From 6508869c169baac5d0933007bc848dccb54ab367 Mon Sep 17 00:00:00 2001
From: Dallas Jacobsen <djj@meta.com>
Date: Fri, 1 May 2026 13:54:00 -0700
Subject: [PATCH] Add CPU support in fbgemm for FloatToFP8RowwiseQuantized and
 FP8RowwiseQuantizedToFloat (#5644)
MIME-Version: 1.0
Content-Type: text/plain; charset=UTF-8
Content-Transfer-Encoding: 8bit

Summary:
X-link: https://github.com/facebookresearch/FBGEMM/pull/2592


Add fp8 support on CPU for fbgemm::FloatToFP8RowwiseQuantized GLOBE eager accuracy test

- `output_columns = ncols - 2 * sizeof(float)` equals `ncols_aligned` (the full aligned width, NOT the original K).

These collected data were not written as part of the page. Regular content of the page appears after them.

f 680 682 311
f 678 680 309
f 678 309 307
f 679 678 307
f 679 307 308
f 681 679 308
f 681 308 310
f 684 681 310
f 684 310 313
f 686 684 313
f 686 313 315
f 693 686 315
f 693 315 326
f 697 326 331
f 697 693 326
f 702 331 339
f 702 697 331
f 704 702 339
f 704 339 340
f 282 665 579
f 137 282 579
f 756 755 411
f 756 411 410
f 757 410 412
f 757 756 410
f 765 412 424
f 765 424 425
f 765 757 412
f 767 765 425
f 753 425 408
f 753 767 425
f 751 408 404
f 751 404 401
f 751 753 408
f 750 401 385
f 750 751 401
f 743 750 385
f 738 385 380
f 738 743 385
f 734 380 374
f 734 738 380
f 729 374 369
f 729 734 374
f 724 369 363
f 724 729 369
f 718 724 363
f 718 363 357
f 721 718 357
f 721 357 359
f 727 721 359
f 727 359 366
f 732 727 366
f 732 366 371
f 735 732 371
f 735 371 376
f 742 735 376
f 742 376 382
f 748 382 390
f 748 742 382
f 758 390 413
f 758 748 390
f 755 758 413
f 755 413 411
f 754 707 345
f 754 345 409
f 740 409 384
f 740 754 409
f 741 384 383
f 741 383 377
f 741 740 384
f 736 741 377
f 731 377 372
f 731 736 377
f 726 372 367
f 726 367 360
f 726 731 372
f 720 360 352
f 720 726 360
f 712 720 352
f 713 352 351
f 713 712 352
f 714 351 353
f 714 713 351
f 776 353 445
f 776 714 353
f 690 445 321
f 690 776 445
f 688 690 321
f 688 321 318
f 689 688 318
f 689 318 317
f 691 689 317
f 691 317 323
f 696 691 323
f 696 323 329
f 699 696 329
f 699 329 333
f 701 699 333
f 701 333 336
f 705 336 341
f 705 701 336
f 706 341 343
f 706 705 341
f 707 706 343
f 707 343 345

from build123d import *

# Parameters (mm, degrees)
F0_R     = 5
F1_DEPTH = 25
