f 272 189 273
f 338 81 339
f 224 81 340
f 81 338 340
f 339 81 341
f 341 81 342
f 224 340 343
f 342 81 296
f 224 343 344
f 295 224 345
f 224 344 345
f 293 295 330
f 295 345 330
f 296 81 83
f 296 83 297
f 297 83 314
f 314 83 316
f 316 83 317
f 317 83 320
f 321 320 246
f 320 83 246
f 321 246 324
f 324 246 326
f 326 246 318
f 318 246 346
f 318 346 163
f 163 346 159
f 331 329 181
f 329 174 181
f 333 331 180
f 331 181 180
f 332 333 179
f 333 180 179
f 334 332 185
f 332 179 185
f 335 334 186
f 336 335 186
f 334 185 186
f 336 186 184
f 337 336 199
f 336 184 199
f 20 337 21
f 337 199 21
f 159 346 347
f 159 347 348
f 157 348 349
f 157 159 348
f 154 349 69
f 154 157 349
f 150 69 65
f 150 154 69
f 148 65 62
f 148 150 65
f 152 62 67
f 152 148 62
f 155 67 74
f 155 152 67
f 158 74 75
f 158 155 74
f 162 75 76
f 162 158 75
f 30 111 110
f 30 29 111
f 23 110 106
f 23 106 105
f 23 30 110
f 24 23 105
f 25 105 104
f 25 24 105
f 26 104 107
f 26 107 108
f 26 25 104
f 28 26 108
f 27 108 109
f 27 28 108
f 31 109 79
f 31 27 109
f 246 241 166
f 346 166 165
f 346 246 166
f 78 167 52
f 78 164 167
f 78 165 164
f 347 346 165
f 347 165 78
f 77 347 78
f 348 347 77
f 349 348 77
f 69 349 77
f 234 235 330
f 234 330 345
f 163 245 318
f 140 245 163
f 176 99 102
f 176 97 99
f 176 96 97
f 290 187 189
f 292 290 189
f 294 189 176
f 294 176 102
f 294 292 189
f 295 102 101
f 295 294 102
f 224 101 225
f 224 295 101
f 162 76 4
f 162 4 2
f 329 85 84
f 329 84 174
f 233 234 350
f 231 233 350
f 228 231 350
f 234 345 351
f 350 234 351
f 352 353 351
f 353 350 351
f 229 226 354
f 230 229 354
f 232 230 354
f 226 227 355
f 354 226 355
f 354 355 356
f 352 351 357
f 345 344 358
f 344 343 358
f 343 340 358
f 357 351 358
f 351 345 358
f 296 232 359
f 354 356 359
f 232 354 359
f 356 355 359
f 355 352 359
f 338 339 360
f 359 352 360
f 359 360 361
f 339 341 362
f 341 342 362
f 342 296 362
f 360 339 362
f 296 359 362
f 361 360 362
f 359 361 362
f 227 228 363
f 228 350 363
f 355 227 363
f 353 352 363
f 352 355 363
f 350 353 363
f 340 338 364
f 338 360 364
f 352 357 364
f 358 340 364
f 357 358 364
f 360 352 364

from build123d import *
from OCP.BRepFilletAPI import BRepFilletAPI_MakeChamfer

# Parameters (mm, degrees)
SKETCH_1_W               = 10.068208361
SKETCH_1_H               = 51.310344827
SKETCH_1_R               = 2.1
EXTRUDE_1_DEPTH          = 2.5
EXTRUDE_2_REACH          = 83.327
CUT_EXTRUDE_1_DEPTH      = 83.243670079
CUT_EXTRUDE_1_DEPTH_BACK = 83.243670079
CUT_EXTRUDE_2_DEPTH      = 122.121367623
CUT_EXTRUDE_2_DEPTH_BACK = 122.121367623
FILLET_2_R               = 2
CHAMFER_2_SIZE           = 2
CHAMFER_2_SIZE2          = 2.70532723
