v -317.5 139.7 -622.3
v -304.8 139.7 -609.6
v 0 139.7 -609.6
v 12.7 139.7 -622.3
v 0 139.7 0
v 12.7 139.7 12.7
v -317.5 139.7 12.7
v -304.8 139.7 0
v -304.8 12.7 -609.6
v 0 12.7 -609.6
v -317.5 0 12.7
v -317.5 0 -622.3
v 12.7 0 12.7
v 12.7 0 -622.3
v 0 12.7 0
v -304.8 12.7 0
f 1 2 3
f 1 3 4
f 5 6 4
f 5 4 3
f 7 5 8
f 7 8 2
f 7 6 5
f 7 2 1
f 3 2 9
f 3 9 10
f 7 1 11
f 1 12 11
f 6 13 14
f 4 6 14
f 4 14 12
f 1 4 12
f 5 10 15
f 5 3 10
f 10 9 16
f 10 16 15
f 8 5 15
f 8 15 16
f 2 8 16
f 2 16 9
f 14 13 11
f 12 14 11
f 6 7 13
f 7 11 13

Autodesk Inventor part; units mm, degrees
ref_plane "YZ Plane" through (0, 0, 0) normal (1, 0, 0) x (0, 1, 0)
ref_plane "XZ Plane" through (0, 0, 0) normal (0, 1, 0) x (-1, 0, 0)
ref_plane "XY Plane" through (0, 0, 0) normal (0, 0, 1) x (1, 0, 0)
sketch "Sketch1" plane through (0, 0, 0) normal (0, 1, 0) x (-1, 0, 0)
  line L0 (0, 0) -> (304.8, 0)
  line L1 (304.8, 0) -> (304.8, -609.6)
  line L2 (304.8, -609.6) -> (0, -609.6)
  line L3 (0, -609.6) -> (0, 0)
  line L4 (317.5, 12.7) -> (-12.7, 12.7)
  line L5 (-12.7, 12.7) -> (-12.7, -622.3)
  line L6 (-12.7, -622.3) -> (317.5, -622.3)
  line L7 (317.5, -622.3) -> (317.5, 12.7)
  dimension "d0" = 304.8
  dimension "d1" = 609.6
  dimension "d2" = 12.7
extrude "Extrusion1" add sketch "Sketch1" along normal blind 139.7 contours L0 L1 L2 L3 | L7 L6 L5 L4
sketch "Sketch2" plane through (0, 139.7, 0) normal (0, 1, 0) x (1, 0, 0)
  line L0 (0, 0) -> (-304.8, 0)
  line L1 (-304.8, 0) -> (-304.8, 609.6)
  line L2 (-304.8, 609.6) -> (0, 609.6)
  line L3 (0, 609.6) -> (0, 0)
  dimension "d5" = 304.8
  dimension "d6" = 609.6
extrude "Extrusion2" cut sketch "Sketch2" against normal blind 127
properties part number "PlantBox"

This matches GPU kernel behavior (`quantize_fp8_rowwise.cu:170`).
- `std::abs` + `std::max` reduction is equivalent to `MAX(max_elem, -min_elem)` from MTIA ref kernel line 74
- `at::empty` for output (not `at::zeros`) — padding bytes `[K, K_aligned)` left uninitialized, matching GPU (`quantize_fp8_rowwise.cu:223`) and MTIA kernel behavior
- Empty tensor early-return with `at::zeros` matches GPU (line 217-221)
- Scale zero-pad initialized to 0.0f for PT2 compliance (matches GPU line 52)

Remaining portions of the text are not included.